A regular sleep pattern is important to maintaining your health, mood and mental wellbeing.
Sleep can help boost your immune system, strengthen your heart, and reduces our chances of developing high blood pressure, diabetes, and obesity.
Getting a good night’s sleep can be extremely difficult and challenging when you work shifts. Your body is working against the circadian rhythm which is largely based on the light-dark cycle, which is sleep during the night, awake during the day.
If you’ve recently started working nights, or have been struggling to get good quality sleep during the day, here’s 9 sleep tips for shift workers that will help you get a better night’s sleep.
1. Stick To A Routine
Try to work the same shifts consistently, rather than jumping between different schedules.
Although this can be difficult to organise with your employer, it always pays dividends when it comes to sleep. Remember some pattern is better than no pattern, and the closer you can keep those patterns the better.
Wake up and go to bed at a similar time each day. Preparing your bedtime the same, encourages pattern recognition and gets the body ready for sleep. Try a light snack, a warm bath, brushing your teeth, soothing music.
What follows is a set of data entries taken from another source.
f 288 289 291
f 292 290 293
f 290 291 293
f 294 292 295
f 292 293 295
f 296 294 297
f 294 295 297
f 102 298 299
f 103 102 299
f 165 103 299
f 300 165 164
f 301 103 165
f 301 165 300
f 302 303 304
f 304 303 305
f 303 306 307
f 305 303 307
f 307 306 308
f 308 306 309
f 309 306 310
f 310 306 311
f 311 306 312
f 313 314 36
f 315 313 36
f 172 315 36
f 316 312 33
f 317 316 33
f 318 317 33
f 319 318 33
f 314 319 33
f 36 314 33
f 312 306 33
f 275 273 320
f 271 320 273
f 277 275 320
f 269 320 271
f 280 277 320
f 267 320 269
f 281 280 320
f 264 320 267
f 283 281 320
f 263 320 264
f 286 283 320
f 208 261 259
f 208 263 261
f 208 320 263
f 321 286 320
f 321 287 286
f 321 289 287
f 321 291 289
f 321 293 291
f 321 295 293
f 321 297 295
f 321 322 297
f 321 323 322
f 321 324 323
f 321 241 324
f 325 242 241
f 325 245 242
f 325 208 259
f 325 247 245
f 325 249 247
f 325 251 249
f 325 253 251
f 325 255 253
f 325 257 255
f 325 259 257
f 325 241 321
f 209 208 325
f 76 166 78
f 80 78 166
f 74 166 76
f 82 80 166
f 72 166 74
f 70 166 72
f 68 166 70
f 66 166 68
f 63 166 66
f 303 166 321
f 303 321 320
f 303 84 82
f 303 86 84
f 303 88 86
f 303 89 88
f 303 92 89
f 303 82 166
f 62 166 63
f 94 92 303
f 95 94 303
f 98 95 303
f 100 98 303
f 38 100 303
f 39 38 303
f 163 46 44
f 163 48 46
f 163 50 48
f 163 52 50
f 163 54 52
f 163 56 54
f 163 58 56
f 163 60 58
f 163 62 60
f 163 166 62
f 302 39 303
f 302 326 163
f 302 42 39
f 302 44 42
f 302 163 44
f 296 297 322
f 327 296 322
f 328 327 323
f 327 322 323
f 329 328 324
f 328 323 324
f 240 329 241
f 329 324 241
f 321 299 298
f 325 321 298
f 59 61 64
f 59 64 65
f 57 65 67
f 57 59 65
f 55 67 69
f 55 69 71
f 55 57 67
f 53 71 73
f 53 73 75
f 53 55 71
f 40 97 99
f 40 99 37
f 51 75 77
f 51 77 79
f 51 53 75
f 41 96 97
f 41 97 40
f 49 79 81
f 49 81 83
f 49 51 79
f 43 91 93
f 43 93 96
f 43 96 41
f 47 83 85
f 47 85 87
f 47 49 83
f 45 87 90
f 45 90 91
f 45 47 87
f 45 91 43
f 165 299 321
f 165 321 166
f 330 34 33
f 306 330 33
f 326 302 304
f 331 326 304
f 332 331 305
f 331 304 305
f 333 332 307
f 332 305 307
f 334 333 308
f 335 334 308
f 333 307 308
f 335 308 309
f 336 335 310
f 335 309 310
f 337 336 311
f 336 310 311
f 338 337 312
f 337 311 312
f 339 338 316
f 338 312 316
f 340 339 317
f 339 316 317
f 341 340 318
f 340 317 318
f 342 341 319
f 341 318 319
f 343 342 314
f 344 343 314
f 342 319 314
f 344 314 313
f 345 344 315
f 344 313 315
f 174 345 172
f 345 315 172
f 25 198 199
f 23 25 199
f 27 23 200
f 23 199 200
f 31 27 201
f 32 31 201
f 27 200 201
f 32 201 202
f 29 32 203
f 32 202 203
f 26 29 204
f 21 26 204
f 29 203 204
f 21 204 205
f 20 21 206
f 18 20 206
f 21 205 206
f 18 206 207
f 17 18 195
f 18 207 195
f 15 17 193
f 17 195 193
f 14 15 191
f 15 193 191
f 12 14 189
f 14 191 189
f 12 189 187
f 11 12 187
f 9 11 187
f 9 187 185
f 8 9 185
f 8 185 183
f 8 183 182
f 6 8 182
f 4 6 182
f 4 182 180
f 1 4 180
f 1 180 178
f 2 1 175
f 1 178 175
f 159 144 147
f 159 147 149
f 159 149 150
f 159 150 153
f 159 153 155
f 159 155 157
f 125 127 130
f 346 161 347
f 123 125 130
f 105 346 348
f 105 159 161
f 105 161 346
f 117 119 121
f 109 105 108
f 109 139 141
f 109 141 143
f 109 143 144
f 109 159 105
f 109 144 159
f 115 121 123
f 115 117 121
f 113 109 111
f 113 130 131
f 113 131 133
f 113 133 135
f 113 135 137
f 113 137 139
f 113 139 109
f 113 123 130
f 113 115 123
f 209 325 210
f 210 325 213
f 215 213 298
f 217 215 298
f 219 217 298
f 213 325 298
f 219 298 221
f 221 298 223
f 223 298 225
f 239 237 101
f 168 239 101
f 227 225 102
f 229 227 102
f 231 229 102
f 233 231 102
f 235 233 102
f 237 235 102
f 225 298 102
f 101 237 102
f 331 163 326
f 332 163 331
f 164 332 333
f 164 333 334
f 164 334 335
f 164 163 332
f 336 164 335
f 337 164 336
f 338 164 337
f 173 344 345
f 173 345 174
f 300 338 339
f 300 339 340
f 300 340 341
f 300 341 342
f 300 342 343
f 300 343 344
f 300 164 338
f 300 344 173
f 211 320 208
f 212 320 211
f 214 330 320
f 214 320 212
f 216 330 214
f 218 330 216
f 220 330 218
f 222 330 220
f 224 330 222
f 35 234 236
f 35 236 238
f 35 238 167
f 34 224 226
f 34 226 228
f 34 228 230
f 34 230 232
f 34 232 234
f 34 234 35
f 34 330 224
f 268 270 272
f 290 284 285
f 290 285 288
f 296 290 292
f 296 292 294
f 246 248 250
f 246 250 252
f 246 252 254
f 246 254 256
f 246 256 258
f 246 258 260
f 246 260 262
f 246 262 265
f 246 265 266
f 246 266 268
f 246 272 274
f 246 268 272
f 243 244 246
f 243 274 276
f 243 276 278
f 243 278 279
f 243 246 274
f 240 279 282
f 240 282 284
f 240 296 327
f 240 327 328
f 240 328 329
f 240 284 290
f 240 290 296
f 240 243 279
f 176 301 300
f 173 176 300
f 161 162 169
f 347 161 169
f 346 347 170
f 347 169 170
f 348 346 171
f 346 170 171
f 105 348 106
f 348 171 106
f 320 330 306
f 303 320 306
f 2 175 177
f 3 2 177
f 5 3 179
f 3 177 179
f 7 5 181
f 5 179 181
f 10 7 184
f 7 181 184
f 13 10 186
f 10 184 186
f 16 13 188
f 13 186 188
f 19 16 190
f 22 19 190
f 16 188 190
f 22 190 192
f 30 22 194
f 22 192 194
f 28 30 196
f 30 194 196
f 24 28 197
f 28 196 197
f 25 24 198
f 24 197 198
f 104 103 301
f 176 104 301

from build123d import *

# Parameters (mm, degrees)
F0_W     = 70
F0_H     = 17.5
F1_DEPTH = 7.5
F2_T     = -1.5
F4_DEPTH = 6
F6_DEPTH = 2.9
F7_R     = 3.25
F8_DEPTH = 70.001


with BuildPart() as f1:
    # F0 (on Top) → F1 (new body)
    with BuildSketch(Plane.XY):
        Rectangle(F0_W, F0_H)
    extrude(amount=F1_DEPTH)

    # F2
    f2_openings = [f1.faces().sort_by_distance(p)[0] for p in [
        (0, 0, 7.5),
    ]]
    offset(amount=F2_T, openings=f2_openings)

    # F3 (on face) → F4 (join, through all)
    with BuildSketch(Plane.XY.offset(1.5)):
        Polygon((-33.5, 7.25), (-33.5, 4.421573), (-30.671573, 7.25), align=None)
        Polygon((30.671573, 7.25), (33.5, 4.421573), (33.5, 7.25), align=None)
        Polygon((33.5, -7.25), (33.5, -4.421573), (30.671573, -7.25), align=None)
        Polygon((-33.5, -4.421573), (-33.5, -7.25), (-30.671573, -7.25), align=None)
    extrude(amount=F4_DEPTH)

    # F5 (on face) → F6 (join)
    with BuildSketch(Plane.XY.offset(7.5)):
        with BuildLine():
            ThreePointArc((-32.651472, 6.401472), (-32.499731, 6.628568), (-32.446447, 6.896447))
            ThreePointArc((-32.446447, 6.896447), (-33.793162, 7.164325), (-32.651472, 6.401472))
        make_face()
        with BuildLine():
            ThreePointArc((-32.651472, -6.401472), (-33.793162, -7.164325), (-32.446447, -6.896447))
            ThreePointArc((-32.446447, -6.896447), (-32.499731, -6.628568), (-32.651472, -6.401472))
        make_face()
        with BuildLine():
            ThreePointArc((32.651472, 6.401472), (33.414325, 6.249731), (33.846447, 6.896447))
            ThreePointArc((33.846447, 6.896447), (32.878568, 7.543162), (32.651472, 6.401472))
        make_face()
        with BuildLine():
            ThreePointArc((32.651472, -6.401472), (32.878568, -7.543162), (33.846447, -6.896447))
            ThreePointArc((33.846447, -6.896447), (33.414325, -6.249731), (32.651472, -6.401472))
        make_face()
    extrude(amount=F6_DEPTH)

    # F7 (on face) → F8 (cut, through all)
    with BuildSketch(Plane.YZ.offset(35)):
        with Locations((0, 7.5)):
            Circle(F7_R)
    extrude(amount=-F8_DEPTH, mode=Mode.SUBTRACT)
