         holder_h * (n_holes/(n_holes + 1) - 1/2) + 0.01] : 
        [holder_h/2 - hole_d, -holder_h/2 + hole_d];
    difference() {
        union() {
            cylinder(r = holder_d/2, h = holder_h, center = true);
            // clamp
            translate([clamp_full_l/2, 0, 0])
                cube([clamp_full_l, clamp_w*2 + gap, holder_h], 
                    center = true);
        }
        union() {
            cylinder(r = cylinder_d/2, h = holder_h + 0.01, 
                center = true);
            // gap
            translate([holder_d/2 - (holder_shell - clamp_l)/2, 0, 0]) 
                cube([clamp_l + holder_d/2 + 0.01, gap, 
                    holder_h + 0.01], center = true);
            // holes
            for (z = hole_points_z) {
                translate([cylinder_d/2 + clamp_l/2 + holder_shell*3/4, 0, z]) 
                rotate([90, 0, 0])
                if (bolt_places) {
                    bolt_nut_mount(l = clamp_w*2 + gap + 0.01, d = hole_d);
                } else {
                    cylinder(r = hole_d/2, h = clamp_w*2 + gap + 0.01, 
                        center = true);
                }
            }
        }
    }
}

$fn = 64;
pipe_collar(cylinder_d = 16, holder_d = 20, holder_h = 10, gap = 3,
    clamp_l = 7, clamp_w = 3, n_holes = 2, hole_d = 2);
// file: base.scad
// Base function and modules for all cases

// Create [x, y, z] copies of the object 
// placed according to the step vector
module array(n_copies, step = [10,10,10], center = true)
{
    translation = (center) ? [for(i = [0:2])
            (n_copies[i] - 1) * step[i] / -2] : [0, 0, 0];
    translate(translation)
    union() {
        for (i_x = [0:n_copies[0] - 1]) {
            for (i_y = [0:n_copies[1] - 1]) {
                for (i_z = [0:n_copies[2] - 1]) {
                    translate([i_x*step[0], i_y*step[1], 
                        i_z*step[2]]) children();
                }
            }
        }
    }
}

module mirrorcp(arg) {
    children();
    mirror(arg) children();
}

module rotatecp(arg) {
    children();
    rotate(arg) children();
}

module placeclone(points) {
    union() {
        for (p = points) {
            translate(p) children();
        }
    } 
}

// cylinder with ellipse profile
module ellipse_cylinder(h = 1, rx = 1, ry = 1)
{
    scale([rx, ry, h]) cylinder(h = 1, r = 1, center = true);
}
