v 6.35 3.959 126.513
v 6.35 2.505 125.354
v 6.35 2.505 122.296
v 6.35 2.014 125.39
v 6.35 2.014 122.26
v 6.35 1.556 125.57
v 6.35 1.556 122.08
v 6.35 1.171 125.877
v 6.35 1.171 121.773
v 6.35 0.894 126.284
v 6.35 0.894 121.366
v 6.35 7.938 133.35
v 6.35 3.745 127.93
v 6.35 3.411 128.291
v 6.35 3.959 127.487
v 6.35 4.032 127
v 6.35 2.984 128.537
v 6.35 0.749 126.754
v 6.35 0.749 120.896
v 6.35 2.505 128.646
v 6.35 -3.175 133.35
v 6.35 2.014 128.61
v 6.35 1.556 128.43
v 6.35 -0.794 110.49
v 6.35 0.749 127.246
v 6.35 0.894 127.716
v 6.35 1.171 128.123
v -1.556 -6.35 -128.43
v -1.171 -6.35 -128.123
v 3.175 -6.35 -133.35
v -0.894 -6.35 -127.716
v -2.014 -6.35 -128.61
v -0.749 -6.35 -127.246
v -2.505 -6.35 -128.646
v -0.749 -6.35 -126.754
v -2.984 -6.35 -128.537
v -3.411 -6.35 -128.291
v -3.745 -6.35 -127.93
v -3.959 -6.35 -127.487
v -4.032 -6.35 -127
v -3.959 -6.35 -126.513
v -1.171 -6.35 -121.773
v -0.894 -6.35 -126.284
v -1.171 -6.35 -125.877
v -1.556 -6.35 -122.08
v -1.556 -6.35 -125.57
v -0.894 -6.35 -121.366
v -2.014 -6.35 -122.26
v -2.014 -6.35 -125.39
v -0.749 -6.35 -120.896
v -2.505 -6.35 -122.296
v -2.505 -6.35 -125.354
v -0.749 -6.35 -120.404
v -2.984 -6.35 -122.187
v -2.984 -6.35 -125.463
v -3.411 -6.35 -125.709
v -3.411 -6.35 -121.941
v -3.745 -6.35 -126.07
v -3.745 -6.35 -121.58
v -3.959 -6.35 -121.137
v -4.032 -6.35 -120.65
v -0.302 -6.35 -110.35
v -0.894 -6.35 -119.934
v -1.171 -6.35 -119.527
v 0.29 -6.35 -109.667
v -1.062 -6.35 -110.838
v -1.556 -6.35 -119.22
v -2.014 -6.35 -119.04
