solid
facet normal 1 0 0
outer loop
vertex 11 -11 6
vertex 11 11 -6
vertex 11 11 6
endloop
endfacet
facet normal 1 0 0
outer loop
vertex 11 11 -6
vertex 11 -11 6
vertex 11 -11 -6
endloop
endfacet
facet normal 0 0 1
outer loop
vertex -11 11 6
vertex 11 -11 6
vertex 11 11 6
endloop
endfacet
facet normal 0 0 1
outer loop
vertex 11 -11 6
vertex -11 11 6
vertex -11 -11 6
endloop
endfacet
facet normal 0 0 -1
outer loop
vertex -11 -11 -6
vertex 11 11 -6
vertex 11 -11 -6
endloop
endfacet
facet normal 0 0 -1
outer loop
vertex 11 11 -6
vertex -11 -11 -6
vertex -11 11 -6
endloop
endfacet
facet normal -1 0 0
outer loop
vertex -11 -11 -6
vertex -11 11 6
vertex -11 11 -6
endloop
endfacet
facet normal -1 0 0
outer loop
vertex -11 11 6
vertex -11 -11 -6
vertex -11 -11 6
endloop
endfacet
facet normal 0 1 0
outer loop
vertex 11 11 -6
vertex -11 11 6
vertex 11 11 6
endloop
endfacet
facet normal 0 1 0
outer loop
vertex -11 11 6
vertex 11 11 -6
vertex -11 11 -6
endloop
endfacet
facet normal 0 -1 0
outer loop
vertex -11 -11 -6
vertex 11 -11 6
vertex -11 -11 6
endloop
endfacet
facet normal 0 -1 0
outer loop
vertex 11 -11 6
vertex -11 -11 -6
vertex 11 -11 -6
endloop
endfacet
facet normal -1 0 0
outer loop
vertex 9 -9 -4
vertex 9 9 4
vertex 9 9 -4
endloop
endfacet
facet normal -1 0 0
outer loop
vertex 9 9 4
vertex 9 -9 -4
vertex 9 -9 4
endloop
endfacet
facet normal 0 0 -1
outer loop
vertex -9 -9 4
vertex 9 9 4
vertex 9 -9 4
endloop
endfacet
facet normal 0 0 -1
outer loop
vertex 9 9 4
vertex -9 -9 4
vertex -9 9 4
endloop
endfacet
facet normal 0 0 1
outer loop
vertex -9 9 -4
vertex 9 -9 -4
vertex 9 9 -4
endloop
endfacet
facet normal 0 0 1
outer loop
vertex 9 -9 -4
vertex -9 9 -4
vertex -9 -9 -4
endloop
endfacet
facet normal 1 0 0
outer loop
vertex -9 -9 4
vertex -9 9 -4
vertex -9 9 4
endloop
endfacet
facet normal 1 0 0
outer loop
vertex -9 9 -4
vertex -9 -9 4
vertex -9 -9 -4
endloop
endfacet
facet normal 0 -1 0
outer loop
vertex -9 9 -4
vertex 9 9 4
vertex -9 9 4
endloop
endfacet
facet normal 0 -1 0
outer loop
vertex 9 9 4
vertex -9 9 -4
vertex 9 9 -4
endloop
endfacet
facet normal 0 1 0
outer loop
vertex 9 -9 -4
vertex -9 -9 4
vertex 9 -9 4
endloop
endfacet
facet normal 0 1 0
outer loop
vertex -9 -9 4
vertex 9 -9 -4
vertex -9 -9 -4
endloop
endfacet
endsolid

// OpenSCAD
// REPRESENTATIVE_ENCLOSURE — parameterized concept model
// Device: Edge I/O Rings (edge_io_rings)
// Status: REPRESENTATIVE_ENCLOSURE_PHYSICAL_PENDING
// Evidence class: MODELED (not MEASURED)

device_id = "edge_io_rings";
outer_w = 22;
outer_d = 22;
outer_h = 12;
wall = 2.0;
corner_r = 4.0;
tolerance = 0.3;

module outer_shell() {
  difference() {
    cube([outer_w, outer_d, outer_h], center=true);
    cube([outer_w-2*wall, outer_d-2*wall, outer_h-2*wall], center=true);
  }
}

module interference_keepout() {
  // Battery / PCB keepouts for digital interference check
  translate([0, 0, -outer_h/4]) cube([outer_w*0.6, outer_d*0.5, outer_h*0.35], center=true);
}

outer_shell();
%interference_keepout();
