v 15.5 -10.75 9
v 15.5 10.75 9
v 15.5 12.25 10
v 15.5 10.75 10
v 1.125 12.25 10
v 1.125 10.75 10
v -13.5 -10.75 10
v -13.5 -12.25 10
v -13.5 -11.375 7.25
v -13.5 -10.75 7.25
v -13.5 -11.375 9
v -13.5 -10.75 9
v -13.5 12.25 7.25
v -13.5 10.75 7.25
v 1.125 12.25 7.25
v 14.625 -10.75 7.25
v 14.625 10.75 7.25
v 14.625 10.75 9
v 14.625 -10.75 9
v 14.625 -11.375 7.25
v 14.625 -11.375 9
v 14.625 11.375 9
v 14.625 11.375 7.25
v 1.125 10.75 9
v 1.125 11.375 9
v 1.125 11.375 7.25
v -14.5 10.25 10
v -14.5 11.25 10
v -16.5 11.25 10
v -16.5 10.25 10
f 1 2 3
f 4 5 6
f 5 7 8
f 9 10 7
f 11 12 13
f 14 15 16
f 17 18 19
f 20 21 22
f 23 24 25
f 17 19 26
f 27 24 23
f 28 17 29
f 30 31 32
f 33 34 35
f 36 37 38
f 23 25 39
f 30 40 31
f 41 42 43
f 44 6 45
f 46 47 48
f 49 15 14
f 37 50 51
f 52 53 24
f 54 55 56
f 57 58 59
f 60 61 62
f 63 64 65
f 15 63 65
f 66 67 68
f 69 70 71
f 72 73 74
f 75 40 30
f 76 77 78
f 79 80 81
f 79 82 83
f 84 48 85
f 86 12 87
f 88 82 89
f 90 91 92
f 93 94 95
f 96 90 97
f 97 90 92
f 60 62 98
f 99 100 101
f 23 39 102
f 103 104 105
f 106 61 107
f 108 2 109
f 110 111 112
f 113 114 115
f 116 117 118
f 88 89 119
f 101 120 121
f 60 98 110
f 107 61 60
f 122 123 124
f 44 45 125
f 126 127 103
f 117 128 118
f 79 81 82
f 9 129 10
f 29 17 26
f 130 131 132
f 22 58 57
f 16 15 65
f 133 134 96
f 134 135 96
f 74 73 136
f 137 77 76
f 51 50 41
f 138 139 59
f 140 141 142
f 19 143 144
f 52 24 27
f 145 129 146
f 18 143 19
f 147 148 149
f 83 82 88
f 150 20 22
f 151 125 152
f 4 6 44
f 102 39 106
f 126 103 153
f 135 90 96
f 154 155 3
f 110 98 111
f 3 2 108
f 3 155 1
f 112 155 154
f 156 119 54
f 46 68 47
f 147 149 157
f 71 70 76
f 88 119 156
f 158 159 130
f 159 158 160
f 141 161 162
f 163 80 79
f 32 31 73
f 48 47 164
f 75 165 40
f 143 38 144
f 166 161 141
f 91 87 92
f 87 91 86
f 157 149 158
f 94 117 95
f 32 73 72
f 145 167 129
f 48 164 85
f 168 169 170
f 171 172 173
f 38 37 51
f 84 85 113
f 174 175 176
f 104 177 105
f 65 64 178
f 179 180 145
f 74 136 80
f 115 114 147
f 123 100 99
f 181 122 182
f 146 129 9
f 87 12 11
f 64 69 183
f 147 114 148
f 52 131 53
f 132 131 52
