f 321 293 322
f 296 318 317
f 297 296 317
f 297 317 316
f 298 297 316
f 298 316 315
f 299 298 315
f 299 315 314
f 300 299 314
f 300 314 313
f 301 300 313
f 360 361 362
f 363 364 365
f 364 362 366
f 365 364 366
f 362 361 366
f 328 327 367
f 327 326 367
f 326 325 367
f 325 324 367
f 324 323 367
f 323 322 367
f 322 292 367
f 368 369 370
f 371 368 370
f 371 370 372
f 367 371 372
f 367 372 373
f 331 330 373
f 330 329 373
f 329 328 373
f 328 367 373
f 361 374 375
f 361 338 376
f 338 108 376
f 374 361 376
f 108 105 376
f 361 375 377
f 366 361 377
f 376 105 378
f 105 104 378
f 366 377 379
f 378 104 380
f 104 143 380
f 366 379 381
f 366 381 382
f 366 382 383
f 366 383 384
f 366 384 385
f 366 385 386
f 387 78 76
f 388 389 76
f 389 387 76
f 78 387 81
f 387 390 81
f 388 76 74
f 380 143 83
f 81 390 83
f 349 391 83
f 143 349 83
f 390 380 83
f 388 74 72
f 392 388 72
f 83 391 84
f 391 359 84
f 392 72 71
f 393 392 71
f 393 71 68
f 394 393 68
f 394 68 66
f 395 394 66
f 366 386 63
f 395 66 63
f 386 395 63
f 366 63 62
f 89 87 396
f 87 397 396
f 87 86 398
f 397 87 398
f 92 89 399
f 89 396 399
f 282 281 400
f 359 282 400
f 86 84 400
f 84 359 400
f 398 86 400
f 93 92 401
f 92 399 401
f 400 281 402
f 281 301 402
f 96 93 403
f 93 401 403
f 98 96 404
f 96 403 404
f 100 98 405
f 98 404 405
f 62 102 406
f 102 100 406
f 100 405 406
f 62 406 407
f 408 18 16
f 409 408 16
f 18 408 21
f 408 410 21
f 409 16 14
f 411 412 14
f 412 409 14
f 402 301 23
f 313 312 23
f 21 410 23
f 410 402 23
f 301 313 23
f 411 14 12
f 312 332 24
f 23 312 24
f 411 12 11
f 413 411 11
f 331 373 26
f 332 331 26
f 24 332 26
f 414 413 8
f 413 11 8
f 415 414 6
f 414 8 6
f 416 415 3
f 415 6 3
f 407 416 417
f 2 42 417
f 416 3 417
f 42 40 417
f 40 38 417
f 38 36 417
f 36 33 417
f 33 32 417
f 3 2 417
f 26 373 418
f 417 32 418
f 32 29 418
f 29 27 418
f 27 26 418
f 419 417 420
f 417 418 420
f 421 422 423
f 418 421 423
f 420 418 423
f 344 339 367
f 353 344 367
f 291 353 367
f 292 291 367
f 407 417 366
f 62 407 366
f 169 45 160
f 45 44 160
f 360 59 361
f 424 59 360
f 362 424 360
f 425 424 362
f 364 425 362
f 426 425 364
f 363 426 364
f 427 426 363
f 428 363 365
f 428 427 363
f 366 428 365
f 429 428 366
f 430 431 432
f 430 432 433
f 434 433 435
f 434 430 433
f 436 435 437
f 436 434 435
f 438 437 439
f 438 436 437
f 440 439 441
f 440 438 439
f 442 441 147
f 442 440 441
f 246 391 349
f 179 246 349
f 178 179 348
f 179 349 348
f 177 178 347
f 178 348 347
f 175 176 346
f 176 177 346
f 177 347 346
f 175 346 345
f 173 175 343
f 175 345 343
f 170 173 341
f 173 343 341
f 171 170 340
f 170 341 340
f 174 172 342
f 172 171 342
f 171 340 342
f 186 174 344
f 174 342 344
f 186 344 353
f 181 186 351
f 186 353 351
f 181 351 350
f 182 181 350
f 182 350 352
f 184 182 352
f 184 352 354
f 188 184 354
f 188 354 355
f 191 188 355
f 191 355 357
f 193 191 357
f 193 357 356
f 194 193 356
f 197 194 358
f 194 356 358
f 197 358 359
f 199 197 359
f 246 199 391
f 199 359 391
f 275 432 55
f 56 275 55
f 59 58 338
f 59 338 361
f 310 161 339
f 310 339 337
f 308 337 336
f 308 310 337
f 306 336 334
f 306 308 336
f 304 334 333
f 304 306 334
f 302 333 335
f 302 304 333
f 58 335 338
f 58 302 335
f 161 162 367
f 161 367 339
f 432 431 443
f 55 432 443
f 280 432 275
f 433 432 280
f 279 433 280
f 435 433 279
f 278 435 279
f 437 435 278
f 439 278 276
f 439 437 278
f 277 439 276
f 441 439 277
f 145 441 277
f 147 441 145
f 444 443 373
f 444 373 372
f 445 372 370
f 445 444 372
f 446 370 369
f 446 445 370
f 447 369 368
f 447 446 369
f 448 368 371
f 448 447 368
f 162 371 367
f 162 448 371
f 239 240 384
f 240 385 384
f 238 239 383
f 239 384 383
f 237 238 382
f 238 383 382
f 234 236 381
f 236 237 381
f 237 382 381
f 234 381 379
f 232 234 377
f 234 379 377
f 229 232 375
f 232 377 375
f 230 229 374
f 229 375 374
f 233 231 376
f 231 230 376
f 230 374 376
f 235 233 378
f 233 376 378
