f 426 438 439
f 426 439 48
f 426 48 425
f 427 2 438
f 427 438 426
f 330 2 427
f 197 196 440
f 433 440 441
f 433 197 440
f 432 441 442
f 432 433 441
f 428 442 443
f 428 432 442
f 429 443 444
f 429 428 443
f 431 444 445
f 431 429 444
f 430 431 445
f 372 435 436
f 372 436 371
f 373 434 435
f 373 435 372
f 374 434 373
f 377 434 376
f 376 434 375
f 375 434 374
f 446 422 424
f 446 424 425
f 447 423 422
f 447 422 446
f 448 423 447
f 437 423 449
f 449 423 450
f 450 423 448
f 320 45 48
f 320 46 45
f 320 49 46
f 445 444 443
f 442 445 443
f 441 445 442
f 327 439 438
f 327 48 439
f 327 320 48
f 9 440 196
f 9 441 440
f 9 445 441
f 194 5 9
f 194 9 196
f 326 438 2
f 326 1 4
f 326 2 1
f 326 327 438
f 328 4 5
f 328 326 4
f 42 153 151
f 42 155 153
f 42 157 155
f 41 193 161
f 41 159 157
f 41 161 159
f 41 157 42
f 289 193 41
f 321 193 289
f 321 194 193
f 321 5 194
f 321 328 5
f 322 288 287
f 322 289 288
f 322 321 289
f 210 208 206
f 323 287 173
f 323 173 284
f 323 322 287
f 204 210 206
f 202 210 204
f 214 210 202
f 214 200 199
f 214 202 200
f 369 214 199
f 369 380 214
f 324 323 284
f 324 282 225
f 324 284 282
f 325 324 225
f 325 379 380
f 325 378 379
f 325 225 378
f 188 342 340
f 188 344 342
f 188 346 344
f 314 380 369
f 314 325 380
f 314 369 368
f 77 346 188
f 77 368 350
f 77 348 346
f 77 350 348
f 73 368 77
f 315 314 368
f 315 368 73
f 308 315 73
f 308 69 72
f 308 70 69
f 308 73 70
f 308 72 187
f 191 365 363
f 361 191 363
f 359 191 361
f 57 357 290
When you are returning to a natural day shift pattern, remember that bright light boosts alertness. Light alarm clocks and light boxes that mimic the sun’s spectrum and intensity can help to reset wake cycles (aim for ~2500 lux vs. normal lighting of ~150 lux).
2. Make Time To Relax
Take an hour or so to chill out and unwind after that long shift and make time to do the normal activities you enjoy, this can improve your mood and mind before sleep.
Relaxation exercises or meditation could be part of a wind-down to help you relax, when you concentrate on your breathing and regulate your breathing to the slowest and most comfortable rhythm, stress and anxiety disappears making the mind and body more relaxed and ready for sleep.
3. Perfect Your Sleeping Environment
To be able to sleep comfortably, regularly, and consistently your bedroom needs to be cool, dark and quiet.
The ideal bedroom temperature is around 16 – 18 degrees Celsius. Your bedding in autumn should be cosy and in winter you should add layers, a throw or bed cloths, to keep your bed at the correct temperature.
In the summer you should aim to keep things cooler with a lighter duvet or only a sheet. Bedding made from natural materials will help to maintain temperature.
Keep your bedrooms ventilated, this might not be possible during the sleeping period but ensure that fresh air is circulated on a regular basis. This will aid your breathing and oxygen intake and therefore improve your chances of a much better quality sleep.
To achieve total darkness during daylight hours, fit some high quality blackout curtains or blinds or add 100% blackout linings to your existing curtains.
Blackout curtains block out all the light, and provide extra benefits such as stronger insulative properties, limiting external noise and internal noises from other members of your household, as well as keeping the heat in.
Other options to keep the light out, is to wear an eye mask and to remove or cover lights in the bedroom, and you might need to block out daytime noises, which can also disturb a deep restful sleep, consider trying comfortable sponge ear plugs.
4. Cut Down On Caffeine and Alcohol
Limit the amount of caffeine consumed from coffee and energy drinks.
They can be helpful stimulants to promote attention during the first half of a shift but taken within a few hours of bedtime could result in a longer time to fall asleep, reduced deep sleep and fewer sleep hours. Ideally avoid caffeinated drinks five hours before your intended bedtime.
Avoid alcohol in the hour or two before sleep. Alcohol might make you feel sleepy, but it will wake you up too quickly after falling asleep, and it will affect the quality of your sleep.
Heavy or sugary foods are also to be avoided as the digestive system uses a lot of energy whilst you sleep. It is recommended not to eat a large meal 3-4 hour before bed, your digestive system would have to work too hard and your sleep will be restless instead of peaceful.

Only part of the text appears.